Key Insights and Findings
- Multiple Storms in Rapid Succession: The occurrence of six typhoons impacting northern Luzon within a short span underscores the growing challenge of adapting to increasingly frequent and severe climate events. Over 13 million residents have been affected, with some areas experiencing at least three storms, creating a persistent cycle of vulnerability and exposure.
- Vulnerability of Urbanized Coastal Regions: While Luzon is relatively affluent compared to other parts of the Philippines, urban centers in the northern and central regions remain highly susceptible to flooding. Factors such as rapid urban expansion, river siltation, and deforestation exacerbate flood risks, especially in densely populated areas.
- Climate Change and Storm Intensity: The analysis indicates a notable increase in storm potential intensity. Specifically, the observed maximum wind speeds have become approximately seven times more likely, with the peak wind speeds of major storms rising by about 4 m/s (14.5 km/h). This trend aligns with climate models that project continued intensification as global temperatures rise.
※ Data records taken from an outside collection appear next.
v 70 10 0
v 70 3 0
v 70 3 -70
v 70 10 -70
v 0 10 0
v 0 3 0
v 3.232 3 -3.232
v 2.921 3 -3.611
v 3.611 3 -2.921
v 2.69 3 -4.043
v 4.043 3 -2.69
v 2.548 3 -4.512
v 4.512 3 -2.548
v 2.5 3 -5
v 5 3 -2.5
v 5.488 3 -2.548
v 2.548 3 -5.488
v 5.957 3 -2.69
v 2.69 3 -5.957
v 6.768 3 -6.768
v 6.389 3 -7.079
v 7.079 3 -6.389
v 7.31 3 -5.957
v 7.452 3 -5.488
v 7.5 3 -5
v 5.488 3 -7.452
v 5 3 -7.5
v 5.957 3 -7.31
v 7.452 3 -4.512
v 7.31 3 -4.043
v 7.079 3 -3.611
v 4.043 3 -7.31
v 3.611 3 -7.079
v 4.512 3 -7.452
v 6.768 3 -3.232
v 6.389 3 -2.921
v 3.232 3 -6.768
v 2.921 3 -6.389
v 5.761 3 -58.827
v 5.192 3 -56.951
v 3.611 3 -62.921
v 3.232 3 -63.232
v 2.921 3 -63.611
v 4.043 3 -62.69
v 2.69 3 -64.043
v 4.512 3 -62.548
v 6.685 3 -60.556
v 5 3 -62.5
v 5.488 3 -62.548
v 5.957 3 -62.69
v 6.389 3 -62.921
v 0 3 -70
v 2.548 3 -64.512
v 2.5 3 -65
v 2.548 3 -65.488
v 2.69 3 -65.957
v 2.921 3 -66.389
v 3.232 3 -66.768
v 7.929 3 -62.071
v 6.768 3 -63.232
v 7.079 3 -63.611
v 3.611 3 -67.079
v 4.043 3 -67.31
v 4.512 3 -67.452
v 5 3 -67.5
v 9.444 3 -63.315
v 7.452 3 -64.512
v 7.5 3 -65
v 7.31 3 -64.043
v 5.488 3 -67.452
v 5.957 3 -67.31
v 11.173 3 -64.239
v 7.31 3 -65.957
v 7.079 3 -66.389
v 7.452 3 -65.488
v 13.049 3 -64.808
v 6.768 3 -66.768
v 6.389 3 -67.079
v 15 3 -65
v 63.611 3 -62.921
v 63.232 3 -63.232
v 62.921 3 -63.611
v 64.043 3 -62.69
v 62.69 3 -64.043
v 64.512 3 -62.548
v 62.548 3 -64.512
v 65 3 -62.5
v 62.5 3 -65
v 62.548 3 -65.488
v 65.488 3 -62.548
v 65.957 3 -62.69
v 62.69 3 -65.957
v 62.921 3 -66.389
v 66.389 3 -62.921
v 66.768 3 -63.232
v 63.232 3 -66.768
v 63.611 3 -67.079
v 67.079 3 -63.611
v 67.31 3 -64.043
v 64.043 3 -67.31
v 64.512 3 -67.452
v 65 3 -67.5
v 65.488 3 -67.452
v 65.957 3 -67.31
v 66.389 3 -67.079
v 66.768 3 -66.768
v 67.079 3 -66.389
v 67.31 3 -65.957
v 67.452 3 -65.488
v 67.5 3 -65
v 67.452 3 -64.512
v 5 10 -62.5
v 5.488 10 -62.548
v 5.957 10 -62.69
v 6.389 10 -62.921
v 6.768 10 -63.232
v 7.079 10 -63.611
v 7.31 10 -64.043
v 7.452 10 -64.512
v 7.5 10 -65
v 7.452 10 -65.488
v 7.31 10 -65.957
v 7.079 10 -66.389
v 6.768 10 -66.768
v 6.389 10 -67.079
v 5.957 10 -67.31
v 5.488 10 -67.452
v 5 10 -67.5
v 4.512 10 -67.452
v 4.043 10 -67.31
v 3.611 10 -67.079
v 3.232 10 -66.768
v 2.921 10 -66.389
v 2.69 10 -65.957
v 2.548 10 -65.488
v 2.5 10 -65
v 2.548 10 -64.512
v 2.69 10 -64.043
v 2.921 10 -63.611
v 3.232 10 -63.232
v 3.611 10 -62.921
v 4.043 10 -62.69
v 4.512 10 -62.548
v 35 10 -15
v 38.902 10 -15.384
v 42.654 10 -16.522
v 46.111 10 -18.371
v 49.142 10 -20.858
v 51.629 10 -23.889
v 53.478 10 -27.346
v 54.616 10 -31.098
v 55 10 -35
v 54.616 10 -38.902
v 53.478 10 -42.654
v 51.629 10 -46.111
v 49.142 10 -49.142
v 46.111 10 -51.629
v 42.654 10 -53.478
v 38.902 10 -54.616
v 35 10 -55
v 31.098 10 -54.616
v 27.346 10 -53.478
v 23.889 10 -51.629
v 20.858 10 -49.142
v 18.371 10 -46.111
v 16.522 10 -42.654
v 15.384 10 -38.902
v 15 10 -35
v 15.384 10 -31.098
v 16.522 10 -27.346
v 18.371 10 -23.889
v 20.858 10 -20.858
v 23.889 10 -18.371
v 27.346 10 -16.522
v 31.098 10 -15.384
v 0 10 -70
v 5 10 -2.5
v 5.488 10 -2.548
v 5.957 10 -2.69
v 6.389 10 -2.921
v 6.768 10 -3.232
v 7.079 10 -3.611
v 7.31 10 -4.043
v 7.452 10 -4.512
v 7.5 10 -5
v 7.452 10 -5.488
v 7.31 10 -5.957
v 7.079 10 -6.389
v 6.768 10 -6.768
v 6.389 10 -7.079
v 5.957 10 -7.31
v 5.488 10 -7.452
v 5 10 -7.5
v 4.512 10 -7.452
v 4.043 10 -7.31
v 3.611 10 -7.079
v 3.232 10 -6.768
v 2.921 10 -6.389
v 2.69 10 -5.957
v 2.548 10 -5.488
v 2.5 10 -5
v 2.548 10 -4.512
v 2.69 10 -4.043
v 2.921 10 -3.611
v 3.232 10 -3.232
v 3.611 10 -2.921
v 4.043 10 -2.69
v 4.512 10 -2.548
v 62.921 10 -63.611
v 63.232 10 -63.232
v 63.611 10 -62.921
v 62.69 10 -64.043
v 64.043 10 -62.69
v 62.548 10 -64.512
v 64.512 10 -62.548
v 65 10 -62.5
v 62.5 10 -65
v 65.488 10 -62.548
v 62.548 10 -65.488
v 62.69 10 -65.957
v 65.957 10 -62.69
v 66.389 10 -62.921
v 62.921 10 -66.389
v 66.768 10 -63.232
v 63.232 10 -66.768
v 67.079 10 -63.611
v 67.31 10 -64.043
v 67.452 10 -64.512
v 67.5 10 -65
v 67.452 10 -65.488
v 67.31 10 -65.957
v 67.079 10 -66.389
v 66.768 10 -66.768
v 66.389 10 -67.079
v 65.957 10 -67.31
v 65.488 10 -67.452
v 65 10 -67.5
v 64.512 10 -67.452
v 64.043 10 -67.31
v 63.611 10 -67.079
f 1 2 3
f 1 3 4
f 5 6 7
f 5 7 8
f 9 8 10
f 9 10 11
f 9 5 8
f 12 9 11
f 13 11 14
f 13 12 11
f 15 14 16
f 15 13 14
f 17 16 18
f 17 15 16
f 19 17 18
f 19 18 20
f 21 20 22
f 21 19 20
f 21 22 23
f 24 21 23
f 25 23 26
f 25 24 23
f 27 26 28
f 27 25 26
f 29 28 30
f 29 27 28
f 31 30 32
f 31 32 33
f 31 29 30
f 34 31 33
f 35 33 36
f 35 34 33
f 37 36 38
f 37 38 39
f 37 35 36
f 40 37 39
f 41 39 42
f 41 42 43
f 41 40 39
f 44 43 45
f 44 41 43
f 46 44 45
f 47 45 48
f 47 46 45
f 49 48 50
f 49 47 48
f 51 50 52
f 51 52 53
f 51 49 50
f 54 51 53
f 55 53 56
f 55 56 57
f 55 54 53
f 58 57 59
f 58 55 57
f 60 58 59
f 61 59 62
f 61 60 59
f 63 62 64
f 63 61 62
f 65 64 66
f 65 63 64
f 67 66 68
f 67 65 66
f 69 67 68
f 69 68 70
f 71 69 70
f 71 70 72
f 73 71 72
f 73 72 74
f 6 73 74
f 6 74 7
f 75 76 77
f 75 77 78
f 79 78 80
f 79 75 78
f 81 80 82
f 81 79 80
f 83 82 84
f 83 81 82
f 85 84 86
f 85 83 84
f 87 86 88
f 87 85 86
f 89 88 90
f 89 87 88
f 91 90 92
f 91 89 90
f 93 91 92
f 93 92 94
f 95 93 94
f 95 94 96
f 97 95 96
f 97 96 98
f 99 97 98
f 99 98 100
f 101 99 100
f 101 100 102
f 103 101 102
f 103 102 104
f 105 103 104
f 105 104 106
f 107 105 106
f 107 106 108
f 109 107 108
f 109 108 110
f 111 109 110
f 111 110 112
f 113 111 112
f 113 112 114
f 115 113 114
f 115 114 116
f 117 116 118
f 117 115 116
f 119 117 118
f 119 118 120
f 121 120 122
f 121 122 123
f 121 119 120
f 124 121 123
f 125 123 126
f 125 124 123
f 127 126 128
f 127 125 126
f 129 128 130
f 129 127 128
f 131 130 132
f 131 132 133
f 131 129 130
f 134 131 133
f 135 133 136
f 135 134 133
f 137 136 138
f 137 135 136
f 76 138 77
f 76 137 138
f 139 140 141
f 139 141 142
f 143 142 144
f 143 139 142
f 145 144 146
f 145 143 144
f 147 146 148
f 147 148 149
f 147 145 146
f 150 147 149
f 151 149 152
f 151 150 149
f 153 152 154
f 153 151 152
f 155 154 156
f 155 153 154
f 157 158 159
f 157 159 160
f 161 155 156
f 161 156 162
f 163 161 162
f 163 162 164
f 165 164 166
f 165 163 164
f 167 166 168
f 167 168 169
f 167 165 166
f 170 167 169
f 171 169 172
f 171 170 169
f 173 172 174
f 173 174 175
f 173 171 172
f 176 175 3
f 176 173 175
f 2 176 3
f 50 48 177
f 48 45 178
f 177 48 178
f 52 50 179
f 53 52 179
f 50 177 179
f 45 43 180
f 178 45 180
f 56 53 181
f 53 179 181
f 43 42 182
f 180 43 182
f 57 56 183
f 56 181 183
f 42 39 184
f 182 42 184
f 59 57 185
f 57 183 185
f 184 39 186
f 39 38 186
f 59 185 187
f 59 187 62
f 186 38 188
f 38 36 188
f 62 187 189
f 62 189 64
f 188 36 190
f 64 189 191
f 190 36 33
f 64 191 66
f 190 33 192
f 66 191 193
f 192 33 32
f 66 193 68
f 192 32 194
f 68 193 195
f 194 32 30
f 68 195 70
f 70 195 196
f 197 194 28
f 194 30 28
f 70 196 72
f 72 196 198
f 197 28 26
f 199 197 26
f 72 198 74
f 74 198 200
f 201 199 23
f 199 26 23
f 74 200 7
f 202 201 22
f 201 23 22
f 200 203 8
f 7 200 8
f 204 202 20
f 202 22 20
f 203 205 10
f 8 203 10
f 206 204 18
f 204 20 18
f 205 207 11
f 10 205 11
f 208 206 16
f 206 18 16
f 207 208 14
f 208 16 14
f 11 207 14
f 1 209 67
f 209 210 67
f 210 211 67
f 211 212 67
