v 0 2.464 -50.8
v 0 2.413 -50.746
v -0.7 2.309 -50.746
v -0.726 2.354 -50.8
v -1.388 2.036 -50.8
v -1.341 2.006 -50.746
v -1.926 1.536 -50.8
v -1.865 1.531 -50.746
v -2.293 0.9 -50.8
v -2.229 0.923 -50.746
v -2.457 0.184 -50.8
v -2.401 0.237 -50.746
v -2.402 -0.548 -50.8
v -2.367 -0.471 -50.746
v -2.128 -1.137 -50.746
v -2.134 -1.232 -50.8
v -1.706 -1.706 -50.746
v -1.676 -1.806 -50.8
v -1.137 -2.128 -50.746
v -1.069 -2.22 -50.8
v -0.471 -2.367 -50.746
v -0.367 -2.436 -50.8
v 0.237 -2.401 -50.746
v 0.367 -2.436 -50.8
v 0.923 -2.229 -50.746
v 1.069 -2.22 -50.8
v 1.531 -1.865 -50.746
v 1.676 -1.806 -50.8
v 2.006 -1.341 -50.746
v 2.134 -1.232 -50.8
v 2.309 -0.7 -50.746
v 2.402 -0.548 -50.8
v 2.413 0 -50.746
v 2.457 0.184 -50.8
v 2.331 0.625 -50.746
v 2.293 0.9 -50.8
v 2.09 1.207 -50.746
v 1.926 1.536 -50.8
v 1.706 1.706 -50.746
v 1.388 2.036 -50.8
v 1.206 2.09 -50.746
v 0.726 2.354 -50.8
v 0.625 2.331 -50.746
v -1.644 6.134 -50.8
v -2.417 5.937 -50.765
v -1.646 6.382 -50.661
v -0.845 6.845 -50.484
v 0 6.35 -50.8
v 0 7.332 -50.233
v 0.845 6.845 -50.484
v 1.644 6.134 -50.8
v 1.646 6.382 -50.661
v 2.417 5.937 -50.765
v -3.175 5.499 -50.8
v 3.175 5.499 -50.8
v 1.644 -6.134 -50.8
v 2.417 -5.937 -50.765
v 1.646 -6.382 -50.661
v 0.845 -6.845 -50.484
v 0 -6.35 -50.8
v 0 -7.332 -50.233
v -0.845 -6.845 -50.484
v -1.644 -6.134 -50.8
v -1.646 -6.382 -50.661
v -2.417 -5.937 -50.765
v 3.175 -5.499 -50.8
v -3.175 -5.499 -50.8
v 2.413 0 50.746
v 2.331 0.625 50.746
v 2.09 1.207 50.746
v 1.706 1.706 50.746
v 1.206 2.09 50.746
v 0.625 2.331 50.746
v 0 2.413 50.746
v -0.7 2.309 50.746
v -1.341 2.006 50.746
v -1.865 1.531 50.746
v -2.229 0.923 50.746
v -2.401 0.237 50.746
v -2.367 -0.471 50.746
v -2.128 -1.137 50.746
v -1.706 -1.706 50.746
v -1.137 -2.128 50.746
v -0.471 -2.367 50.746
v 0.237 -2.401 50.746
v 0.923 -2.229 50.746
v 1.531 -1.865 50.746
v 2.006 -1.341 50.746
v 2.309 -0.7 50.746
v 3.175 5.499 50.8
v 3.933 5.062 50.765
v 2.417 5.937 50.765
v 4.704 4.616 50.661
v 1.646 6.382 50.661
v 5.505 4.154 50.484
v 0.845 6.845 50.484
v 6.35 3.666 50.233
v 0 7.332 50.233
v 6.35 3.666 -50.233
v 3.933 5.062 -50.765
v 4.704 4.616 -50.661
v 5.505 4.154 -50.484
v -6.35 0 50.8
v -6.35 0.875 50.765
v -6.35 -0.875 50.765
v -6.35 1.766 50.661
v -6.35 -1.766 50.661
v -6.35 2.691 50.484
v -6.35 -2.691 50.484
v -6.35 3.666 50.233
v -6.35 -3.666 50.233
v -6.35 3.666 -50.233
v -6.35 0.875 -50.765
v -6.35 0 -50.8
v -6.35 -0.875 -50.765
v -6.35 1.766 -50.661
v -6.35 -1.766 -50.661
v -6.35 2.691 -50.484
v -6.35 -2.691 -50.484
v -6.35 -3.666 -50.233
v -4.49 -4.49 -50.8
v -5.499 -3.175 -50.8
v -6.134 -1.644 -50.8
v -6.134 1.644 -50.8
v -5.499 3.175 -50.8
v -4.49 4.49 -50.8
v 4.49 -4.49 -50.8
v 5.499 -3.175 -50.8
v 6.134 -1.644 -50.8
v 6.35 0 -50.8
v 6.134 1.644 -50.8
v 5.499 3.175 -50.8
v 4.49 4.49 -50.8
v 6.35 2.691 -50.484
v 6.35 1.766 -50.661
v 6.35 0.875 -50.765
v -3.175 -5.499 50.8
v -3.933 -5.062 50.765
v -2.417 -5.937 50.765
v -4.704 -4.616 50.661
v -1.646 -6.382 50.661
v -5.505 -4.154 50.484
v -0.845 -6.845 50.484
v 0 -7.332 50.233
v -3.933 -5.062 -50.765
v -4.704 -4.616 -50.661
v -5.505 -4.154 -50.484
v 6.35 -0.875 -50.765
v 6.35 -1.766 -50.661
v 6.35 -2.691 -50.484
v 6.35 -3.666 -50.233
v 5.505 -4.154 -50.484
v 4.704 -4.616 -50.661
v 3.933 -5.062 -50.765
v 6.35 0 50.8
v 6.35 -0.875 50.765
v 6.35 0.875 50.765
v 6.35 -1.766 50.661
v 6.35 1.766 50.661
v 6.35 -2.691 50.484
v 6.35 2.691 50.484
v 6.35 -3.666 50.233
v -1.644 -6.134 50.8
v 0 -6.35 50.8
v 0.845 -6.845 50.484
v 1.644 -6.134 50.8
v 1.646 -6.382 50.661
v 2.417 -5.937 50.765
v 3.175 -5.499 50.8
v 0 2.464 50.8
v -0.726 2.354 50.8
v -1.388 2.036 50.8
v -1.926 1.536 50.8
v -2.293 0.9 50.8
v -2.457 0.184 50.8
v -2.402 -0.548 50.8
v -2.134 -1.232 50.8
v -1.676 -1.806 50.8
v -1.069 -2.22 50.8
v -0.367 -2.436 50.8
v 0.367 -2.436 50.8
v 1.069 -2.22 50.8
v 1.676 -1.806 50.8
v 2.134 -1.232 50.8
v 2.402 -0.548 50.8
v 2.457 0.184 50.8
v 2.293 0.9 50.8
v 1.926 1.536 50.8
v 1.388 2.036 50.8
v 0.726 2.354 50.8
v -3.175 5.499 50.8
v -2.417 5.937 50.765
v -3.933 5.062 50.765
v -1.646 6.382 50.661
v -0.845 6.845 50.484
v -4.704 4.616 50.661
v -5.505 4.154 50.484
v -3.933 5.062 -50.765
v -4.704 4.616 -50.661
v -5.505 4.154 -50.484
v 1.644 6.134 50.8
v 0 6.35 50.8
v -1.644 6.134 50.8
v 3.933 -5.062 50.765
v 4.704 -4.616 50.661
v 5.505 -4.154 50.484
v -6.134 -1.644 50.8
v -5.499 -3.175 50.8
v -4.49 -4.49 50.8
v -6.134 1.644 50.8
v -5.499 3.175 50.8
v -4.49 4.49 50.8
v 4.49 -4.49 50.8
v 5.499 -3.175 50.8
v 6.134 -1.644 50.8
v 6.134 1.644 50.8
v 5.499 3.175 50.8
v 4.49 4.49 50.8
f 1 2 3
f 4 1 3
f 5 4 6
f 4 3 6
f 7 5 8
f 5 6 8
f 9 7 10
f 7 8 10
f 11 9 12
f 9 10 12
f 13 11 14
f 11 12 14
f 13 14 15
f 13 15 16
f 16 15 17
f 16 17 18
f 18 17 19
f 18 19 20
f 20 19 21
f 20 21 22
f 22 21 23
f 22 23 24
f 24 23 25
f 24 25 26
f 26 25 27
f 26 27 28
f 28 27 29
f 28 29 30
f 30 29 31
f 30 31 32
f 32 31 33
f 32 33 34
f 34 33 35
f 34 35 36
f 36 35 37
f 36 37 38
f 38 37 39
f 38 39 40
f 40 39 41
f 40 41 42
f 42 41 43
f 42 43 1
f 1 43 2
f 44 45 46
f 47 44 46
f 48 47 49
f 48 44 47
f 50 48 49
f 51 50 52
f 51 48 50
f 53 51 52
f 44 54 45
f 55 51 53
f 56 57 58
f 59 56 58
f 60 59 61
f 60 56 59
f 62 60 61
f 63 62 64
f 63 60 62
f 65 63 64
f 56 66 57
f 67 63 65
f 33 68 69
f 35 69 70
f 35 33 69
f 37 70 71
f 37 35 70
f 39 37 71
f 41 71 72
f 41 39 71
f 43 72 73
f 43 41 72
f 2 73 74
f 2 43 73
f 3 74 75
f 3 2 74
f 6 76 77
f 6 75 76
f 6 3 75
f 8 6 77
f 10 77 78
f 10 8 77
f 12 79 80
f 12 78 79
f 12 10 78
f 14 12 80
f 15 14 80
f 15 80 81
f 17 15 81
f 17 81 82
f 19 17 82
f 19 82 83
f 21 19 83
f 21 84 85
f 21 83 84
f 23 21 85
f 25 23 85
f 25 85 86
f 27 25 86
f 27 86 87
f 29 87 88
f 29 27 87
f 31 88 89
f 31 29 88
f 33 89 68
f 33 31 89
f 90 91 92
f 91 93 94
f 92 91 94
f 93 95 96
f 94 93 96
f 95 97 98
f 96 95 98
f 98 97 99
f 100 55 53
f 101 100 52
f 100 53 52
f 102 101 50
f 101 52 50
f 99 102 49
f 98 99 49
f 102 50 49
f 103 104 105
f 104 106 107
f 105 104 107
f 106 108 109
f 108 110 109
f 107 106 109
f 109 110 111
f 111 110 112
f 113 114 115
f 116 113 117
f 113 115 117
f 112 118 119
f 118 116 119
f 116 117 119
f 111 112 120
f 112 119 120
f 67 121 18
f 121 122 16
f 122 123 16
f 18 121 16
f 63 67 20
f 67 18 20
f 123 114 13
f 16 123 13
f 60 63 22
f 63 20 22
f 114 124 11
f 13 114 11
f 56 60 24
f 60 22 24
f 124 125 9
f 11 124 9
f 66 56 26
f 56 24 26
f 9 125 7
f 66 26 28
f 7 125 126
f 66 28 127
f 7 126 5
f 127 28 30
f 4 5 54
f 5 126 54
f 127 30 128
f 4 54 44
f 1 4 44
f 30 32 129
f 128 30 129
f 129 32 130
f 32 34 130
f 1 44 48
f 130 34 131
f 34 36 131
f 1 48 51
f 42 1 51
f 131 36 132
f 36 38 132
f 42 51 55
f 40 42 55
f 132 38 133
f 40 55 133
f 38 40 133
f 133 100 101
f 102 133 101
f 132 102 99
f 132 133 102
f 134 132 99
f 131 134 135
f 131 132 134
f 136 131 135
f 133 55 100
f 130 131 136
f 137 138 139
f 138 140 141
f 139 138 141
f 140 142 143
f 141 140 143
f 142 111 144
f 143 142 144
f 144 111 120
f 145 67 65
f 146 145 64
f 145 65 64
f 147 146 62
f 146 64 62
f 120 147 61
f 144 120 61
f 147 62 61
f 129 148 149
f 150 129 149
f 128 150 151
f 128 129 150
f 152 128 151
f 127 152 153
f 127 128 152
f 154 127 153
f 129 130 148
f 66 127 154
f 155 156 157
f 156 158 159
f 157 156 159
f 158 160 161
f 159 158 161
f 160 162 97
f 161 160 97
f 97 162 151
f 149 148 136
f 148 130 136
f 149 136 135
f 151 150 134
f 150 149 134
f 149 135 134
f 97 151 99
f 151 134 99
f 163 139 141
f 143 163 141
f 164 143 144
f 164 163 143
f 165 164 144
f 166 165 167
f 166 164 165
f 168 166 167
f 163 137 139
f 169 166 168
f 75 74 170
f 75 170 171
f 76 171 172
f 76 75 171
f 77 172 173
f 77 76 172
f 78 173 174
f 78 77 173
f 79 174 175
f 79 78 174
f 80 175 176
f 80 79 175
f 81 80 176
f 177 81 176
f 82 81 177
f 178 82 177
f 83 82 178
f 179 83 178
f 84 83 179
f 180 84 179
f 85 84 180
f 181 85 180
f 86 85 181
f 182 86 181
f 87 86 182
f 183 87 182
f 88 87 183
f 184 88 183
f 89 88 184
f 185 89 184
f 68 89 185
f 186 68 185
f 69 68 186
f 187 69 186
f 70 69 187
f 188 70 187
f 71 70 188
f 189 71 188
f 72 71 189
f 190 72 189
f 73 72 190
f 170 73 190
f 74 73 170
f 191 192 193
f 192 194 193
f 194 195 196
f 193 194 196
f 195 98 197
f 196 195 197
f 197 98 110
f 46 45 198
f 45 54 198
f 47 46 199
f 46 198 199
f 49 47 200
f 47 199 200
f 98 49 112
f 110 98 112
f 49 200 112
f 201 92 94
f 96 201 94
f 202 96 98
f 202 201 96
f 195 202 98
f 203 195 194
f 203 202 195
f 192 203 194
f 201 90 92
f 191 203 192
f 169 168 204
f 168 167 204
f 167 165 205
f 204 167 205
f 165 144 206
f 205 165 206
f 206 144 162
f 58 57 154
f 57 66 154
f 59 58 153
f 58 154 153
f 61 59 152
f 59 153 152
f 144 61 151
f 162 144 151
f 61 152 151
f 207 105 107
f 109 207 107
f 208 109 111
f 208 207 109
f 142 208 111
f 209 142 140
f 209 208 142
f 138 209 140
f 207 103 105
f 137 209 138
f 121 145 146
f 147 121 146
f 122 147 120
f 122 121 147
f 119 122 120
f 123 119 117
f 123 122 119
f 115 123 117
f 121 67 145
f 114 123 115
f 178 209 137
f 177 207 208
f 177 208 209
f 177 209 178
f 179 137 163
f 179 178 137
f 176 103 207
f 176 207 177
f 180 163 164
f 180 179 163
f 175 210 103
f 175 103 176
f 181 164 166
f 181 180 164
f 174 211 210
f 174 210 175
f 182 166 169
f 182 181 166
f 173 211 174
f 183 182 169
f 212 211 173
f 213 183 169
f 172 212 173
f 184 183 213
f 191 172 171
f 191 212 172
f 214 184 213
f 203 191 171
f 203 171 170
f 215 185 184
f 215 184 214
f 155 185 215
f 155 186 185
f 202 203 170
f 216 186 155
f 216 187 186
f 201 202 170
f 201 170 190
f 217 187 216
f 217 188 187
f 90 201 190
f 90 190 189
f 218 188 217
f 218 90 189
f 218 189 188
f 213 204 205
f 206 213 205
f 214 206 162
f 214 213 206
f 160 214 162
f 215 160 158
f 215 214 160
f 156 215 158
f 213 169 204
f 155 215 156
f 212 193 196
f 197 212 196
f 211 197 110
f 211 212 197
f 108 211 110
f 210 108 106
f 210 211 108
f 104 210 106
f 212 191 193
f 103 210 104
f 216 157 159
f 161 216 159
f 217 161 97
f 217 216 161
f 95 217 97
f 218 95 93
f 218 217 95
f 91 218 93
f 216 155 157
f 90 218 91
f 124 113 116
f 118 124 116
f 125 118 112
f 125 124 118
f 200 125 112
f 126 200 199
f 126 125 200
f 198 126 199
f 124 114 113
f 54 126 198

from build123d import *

# Parameters (mm, degrees)
EXTRUDE1_DEPTH          = 50.8
EXTRUDE1_DEPTH_BACK     = 50.8
SKETCH1_R               = 2.413
SKETCH8_OUTSIDE_W       = 392.404
SKETCH8_OUTSIDE_H       = 394.368
SKETCH8_OUTSIDE_R       = 6.35
EXTRUDE4_DEPTH          = 103.061970554
EXTRUDE4_DRAFT          = -60
MIRROR1_COPY_1_SKETCH_W = 392.404
MIRROR1_COPY_1_SKETCH_H = 394.368
MIRROR1_COPY_1_SKETCH_R = 6.35
MIRROR1_COPY_1_DEPTH    = 103.061970554
MIRROR1_COPY_1_DRAFT    = -60


with BuildPart() as part:
    # Sketch1 → Extrude1 (new, two sides: drawn at the far end of the back side and taken through both)
    with BuildSketch(Plane.XY.offset(-EXTRUDE1_DEPTH_BACK)):
        Polygon((0, 7.332348419), (-6.35, 3.666174209), (-6.35, -3.666174209), (0, -7.332348419), (6.35, -3.666174209), (6.35, 3.666174209), align=None)
        Circle(SKETCH1_R, mode=Mode.SUBTRACT)
    extrude(amount=EXTRUDE1_DEPTH + EXTRUDE1_DEPTH_BACK)

    # Extrude3 cone 1 section (through the dimple's axis) → Extrude3 (revolve, cut)
    with BuildSketch(Plane(origin=(0, 0, -50.8), x_dir=(0, 1, 0), z_dir=(1, 0, 0))):
        Polygon((0, 0), (2.4638, 0), (0, 2.642102028), align=None)
    extrude3 = revolve(axis=Axis((0, 0, -50.8), (0, 0, 1)), mode=Mode.SUBTRACT)


with BuildPart() as extrude4_tool:
    # Sketch8 outside → Extrude4 (with draft: the straight prism first)
    with BuildSketch(Plane(origin=(0, 0, -50.8), x_dir=(-1, 0, 0), z_dir=(0, 0, -1))):
        Rectangle(SKETCH8_OUTSIDE_W, SKETCH8_OUTSIDE_H)
        Circle(SKETCH8_OUTSIDE_R, mode=Mode.SUBTRACT)
    extrude(amount=-EXTRUDE4_DEPTH)
    # Extrude4: the draft: its side faces are tilted about the plane it starts from
    extrude4_sides = [extrude4_tool.faces().sort_by_distance(p)[0] for p in [
        (0, -197.184, 0.730985277),
        (-196.202, 0, 0.730985277),
        (0, 197.184, 0.730985277),
        (196.202, 0, 0.730985277),
        (6.35, 0, 0.730985277),
    ]]
    draft(extrude4_sides, Plane(origin=(0, 0, -50.8), x_dir=(-1, 0, 0), z_dir=(0, 0, -1)), EXTRUDE4_DRAFT)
- Attribution of Warming Effects: When comparing observational data with climate model simulations, researchers estimate that human-induced climate change has increased the likelihood of such intense storms by roughly 1.7 times. This corresponds to an increase of about 2 m/s (7.2 km/h) in storm wind speeds, a figure expected to grow as global temperatures climb further. Projections suggest that in a world warmed by 2.6°C above pre-industrial levels, the intensity of such storms could increase by an additional 2 m/s, highlighting the escalating risk.
- Rising Frequency of Major Typhoons: Statistical models estimate that, under current warming conditions (about 1.3°C above pre-industrial levels), the chance of three or more major typhoons hitting the Philippines in a single year has increased from once every 45 years to approximately once every 6.5 to 25 years. In a hypothetical 2°C warmer climate, such an event could occur roughly every 12 years, representing a 25% increase in frequency due to fossil fuel emissions.
- Unprecedented Clustering of Storms: The rapid succession of six major storms impacting northern Philippines within a few weeks is an extremely rare event, emphasizing how climate change is making such extreme sequences more probable. These conditions are expected to become more common as warming continues, increasing the likelihood of multiple simultaneous or consecutive typhoons.
- Broader Impacts of Compound Events: The 2024 storm sequence exemplifies a broader pattern of consecutive extreme weather events, including floods in the Sahel region and hurricanes Helene and Milton. Such compound events challenge communities’ resilience and recovery efforts, underscoring the importance of proactive disaster preparedness and adaptive strategies.
- Policy and Resilience Strategies: The Philippines is advancing a forward-looking disaster risk management approach, including legislation to enable preemptive action based on early warning systems. This proactive framework aims to improve emergency response and resource allocation. However, the increasing frequency and severity of consecutive storms highlight the urgent need for enhanced resilience measures to safeguard communities against escalating climate risks.